We have: . $54^{103} \;=\;(4\cdot13 + 2)^{103}$

. $= \; (4\cdot13)^{103} + {103\choose102}(4\cdot13)^{103}(2^1) + {103\choose101}(4\cdot13)^{101}(2^2) + \hdots$ $+ {103\choose1}(4\cdot13)^1(2^{102}) + 2^{103}$
. . . . $| \leftarrow - - - - - - - - - - - - - _{\text{ multiple of 13 }} - - - - - - - - - - - - - - - - - - - - - \rightarrow|$

So we are concerned with the remainder only: . $2^{103}$

We have: . $69^{67} \:=\:(5\cdot13 + 4)^{67}$

. $= \; (5\cdot13)^{67} + {67\choose66}(5\cdot13)^{66}(4^1) + {67\choose65}(5\cdot13)^{65}(4^2) + \hdots$ $+ {67\choose1}(5\cdot13)^1(4^{66}) + 4^{67}$
. . . $| \leftarrow - - - - - - - - - - - - - _{\text{ multiple of 13 }} - - - - - - - - - - - - - - - - - - \rightarrow|$

So we are concerned with the remainder only: . $4^{67}$

The problem becomes: .Is $(2^{103} + 4^{67})$ a multiple of 13?

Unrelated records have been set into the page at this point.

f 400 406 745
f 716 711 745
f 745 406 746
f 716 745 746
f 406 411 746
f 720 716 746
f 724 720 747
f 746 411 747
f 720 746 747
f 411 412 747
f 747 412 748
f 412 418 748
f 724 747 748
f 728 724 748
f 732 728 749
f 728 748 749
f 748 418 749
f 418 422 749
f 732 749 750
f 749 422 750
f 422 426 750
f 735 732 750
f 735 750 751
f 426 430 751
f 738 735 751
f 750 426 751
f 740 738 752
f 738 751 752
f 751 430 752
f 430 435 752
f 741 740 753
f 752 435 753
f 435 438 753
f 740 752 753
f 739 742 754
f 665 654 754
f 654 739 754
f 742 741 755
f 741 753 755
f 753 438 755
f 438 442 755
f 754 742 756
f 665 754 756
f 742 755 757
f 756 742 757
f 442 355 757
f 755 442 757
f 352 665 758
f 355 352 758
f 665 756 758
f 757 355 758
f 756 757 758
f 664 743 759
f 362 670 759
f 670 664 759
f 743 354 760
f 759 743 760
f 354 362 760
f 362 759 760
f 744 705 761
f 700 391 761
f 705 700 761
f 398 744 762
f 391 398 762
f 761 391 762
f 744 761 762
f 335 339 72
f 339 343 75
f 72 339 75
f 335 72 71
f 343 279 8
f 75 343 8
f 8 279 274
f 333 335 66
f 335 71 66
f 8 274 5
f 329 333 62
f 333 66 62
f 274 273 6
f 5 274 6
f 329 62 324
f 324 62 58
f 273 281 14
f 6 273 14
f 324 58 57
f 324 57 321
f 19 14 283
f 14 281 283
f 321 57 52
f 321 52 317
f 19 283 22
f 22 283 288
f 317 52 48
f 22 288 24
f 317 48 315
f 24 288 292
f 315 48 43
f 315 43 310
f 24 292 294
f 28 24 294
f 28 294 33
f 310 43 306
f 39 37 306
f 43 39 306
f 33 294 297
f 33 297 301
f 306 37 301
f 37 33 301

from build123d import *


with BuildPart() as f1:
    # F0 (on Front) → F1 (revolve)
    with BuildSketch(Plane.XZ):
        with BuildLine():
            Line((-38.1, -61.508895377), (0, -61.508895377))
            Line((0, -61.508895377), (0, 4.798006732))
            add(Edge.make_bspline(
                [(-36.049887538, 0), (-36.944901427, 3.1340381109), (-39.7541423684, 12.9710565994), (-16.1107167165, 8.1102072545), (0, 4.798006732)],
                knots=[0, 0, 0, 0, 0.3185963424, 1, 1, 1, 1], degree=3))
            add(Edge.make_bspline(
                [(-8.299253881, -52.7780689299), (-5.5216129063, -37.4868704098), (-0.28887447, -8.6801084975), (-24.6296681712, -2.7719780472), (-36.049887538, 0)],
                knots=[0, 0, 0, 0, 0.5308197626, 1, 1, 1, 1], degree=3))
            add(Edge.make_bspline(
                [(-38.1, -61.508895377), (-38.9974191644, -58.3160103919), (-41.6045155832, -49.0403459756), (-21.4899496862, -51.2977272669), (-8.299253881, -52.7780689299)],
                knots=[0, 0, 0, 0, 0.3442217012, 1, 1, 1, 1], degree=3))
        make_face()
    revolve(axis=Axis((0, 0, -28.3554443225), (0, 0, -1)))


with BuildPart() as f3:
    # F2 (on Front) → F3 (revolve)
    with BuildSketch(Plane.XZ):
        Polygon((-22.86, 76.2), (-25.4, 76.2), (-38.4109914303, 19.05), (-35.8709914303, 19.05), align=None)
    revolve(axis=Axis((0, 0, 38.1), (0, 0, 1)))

We have: . $2^{103} + (2^2)^{67} \;=\;2^{103} + 2^{134} \;=\;2^{103}(1 + 2^{31})$

. . Obviously, $2^{103}$ is not a multiple of 13.

. . If $(1 + 2^{31})$ is a multiple of 13, then $2^{31}$ must be a multiple of 12.
. . . . This, of course, is also impossible.

Therefore, the answer is no: . $54^{103} + 69^{67}$ is not a multiple of 13.

8. Originally Posted by TheAbstractionist
Hence $54^6\equiv\pm1\pmod{13}$ and $69^{6}\equiv\pm1\pmod{13}.$
Interesting problem. Could this part be explained in further detail?

9. Originally Posted by Soroban

. . If $(1 + 2^{31})$ is a multiple of 13, then $2^{31}$ must be a multiple of 12.
. . . . This, of course, is also impossible.
I'm not convinced by this step;

1+25 is divisible by 13, but 25 isn't divisible by 12

10. Originally Posted by glowplug19
Originally Posted by TheAbstractionist
Hence $54^6\equiv\pm1\pmod{13}$
Interesting problem. Could this part be explained in further detail?
Hi glowplug19.

We have $54^{12}\equiv1\pmod{13}$

$\implies\ 54^{12}-1\equiv0\pmod{13}$

$\implies\ (54^6-1)(54^6+1)\equiv0\pmod{13}$

Since 13 is a prime, it divides one of $54^6-1$ and $54^6+1,\ \therefore\ 54^6\equiv\pm1\pmod{13}.$

The reason for using 6 rather than 12 is that it allows you to get closer to 103 and 67.